Thesis presented September 07, 2023
Abstract:
aDynamic nuclear polarization (DNP) has emerged as a promising hyperpolarization technique to significantly enhance the sensitivity of solid-state nuclear magnetic resonance (NMR) experiments under magic angle spinning (MAS). However, its use for biomolecular systems is often limited by the cryogenic temperature required for DNP. Freezing of the dynamics present in such systems leads to conformational heterogeneity and results in line broadening and loss of resolution. To tackle this limitation, our group has introduced a new methodology called selective DNP (SelDNP), which allows the recovery of highly resolved DNP spectra specific to protein binding sites. SelDNP relies on the uniform polarization obtained with conventional DNP on a first sample and the additional localized bleaching produced by introducing a paramagnetic tag on the protein in a second sample. The difference between the two spectra results in highly resolved sub-spectra containing only resonances from the protein site targeted by the tag. In addition to providing a complete assignment of the targeted region, SelDNP spectra convey distance-dependent information from the paramagnetic tag due to the selectivity factor we use to weight the difference spectroscopy.

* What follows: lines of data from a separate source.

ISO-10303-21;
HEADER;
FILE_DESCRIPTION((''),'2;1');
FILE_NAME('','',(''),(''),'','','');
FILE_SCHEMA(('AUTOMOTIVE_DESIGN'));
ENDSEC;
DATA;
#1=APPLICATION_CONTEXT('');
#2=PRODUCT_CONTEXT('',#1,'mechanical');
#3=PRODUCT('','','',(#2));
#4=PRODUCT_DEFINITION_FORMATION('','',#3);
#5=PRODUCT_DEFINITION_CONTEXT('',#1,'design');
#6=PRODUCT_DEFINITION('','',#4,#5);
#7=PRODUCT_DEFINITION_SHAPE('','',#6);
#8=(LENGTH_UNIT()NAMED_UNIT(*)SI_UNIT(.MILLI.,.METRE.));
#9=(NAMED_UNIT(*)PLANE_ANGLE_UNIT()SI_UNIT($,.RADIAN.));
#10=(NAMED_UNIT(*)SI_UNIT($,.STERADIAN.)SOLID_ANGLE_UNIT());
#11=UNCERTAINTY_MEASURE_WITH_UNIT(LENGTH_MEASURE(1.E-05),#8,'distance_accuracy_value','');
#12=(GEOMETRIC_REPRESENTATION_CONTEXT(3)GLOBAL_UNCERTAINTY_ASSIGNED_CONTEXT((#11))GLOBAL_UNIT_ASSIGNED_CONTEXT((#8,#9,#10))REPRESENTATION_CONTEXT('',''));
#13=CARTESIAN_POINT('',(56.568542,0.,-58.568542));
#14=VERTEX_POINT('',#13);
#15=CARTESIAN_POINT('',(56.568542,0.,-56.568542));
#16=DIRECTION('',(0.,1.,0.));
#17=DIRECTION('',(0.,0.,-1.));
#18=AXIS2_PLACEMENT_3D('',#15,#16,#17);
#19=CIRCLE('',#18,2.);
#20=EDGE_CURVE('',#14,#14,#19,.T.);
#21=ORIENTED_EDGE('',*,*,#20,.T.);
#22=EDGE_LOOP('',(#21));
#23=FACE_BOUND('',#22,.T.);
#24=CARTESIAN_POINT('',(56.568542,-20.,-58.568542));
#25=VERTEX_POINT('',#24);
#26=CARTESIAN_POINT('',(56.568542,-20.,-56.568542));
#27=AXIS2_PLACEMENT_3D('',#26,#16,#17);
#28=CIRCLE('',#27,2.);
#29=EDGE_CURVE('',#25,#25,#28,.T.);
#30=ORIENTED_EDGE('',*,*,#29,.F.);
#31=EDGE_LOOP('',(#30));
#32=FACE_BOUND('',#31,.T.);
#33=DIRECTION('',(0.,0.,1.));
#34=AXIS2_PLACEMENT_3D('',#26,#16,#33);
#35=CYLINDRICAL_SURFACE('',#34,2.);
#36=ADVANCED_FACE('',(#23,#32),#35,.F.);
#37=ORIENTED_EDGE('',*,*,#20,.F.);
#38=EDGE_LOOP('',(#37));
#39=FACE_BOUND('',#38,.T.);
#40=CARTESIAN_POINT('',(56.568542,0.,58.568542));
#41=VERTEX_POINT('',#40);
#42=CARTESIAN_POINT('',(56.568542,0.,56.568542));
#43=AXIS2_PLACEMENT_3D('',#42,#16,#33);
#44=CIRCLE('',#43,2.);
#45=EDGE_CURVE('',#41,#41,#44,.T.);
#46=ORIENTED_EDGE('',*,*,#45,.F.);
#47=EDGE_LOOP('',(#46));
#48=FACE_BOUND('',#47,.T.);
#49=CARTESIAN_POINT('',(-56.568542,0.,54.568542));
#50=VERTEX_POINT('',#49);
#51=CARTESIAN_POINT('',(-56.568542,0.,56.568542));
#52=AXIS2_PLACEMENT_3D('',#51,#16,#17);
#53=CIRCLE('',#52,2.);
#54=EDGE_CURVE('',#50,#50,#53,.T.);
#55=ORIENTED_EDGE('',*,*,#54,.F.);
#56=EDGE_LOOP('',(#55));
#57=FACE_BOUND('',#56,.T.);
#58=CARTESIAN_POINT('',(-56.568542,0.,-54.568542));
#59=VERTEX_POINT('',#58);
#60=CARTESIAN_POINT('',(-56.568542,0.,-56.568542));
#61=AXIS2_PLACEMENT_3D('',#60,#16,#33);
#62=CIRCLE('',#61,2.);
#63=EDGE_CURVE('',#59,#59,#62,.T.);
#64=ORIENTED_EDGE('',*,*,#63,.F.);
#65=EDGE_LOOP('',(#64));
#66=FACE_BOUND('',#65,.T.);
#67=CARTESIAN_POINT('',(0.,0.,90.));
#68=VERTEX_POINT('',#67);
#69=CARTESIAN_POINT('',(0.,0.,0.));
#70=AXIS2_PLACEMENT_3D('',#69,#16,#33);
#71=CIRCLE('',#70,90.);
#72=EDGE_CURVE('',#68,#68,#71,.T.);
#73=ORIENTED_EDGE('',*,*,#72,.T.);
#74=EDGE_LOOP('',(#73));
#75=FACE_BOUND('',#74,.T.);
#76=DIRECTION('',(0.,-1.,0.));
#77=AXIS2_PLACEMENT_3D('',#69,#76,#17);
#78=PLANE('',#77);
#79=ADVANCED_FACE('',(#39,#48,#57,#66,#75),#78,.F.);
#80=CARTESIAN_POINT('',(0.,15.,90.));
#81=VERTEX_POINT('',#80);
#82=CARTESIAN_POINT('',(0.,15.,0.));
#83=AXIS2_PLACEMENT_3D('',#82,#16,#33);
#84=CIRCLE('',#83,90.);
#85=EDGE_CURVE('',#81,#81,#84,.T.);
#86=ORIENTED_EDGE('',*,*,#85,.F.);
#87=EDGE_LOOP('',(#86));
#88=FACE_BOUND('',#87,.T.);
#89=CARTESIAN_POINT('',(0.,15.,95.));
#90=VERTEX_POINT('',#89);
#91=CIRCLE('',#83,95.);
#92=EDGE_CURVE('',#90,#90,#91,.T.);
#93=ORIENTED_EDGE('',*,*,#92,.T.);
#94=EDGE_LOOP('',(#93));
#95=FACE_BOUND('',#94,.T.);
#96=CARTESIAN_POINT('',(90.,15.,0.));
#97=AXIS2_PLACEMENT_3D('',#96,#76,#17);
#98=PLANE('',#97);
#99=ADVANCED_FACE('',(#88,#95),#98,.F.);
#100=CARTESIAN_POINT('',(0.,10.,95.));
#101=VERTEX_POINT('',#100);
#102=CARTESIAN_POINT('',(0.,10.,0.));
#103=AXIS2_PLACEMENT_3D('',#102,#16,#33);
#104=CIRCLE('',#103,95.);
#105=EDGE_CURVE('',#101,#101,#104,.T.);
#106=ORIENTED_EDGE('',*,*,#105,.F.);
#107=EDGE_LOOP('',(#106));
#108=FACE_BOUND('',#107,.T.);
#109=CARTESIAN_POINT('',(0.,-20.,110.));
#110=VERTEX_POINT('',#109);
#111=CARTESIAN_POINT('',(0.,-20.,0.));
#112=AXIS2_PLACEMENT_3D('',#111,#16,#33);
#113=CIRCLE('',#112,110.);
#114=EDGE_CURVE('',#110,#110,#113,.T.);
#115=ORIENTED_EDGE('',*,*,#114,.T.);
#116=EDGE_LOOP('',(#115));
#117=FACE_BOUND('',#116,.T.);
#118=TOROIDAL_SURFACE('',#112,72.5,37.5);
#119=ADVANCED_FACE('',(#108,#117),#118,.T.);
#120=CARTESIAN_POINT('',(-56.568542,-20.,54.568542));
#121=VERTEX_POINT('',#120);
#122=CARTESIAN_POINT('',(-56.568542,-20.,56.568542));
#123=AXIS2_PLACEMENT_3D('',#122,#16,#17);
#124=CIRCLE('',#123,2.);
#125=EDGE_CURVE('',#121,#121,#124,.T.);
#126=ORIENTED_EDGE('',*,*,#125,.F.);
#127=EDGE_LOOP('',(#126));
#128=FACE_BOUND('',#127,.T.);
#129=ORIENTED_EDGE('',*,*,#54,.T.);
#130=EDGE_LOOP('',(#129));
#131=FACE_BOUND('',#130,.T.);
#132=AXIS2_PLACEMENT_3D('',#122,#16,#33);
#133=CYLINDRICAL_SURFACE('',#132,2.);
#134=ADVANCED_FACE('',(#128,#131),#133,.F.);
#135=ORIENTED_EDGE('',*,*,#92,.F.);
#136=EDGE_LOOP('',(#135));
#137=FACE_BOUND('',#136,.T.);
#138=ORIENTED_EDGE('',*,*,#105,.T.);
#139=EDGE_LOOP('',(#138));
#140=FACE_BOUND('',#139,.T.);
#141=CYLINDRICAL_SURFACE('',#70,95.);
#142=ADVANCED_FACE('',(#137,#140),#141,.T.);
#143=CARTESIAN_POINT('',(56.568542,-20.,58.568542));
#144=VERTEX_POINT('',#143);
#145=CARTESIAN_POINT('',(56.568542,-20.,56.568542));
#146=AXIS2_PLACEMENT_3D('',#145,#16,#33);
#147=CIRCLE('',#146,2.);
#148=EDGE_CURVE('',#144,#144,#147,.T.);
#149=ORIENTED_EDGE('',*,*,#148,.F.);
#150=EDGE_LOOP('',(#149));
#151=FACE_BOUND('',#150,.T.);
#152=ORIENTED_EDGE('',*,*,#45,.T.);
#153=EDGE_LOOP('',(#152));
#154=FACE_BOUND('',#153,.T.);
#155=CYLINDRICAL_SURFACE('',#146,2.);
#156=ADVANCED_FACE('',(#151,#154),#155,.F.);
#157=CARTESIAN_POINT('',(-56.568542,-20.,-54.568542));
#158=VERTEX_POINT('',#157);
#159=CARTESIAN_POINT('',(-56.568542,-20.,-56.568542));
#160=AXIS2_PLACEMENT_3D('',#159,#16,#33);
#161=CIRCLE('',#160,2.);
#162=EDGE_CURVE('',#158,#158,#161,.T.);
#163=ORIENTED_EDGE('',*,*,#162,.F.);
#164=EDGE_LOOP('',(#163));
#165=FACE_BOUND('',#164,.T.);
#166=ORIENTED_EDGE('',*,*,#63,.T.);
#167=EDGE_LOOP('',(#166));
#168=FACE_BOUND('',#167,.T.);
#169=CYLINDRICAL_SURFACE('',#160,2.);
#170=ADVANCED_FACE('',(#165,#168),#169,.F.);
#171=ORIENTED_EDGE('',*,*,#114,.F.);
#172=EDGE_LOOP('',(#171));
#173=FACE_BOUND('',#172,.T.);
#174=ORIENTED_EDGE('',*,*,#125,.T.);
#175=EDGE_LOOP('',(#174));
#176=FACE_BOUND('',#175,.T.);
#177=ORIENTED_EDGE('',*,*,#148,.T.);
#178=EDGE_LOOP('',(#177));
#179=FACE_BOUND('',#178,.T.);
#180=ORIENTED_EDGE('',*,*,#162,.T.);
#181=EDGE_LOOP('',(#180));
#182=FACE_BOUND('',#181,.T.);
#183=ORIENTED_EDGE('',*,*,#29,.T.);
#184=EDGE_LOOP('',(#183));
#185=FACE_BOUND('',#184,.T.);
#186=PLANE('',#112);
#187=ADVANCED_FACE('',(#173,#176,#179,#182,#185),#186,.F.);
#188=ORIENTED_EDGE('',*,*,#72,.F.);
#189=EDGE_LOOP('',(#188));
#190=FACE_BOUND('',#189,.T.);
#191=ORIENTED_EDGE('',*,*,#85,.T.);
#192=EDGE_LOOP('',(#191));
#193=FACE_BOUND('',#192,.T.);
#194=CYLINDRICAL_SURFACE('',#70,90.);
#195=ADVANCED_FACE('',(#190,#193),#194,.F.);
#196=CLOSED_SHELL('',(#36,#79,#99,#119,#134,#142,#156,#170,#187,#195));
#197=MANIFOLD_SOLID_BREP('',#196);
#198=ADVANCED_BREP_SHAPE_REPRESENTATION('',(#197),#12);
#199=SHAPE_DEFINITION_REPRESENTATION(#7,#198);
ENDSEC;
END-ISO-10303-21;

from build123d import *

# Parameters (mm, degrees)
SKETCH1_R          = 2
CUT_EXTRUDE1_DEPTH = 21


with BuildPart() as part:
    # Sketch2 → Revolve1 (revolve)
    with BuildSketch(Plane.XY):
        with BuildLine():
            Line((90, 0), (90, 15))
            Line((90, 15), (95, 15))
            Line((95, 15), (95, 10))
            ThreePointArc((95, 10), (106.041019662, -3.229490169), (110, -20))
            Line((110, -20), (0, -20))
            Line((0, -20), (0, 0))
            Line((0, 0), (90, 0))
        make_face()
    revolve(axis=Axis((0, 0, 0), (0, -1, 0)))

    # Sketch1 → Cut-Extrude1 (cut, through all)
    with BuildSketch(Plane(origin=(0, 0, 0), x_dir=(1, 0, 0), z_dir=(0, 1, 0))):
        with Locations((-56.568542495, 56.568542495)):
            Circle(SKETCH1_R)
        with Locations((-56.568542495, -56.568542495)):
            Circle(SKETCH1_R)
        with Locations((56.568542495, 56.568542495)):
            Circle(SKETCH1_R)
        with Locations((56.568542495, -56.568542495)):
            Circle(SKETCH1_R)
    extrude(amount=-CUT_EXTRUDE1_DEPTH, mode=Mode.SUBTRACT)


solid = part.part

The SelDNP proof-of-concept was originally demonstrated on the β-D-galactose binding site of the lectin LecA. Using ß-D-galactose functionalized with the DNP polarizing agent allowed to simultaneously achieve both effects of selective bleaching of the binding site and uniform hyperpolarization of the rest of the protein. Although successful, this strategy is limited by the specific synthesis of the functionalized ligand and the impossibility of independently optimizing site selectivity and sensitivity.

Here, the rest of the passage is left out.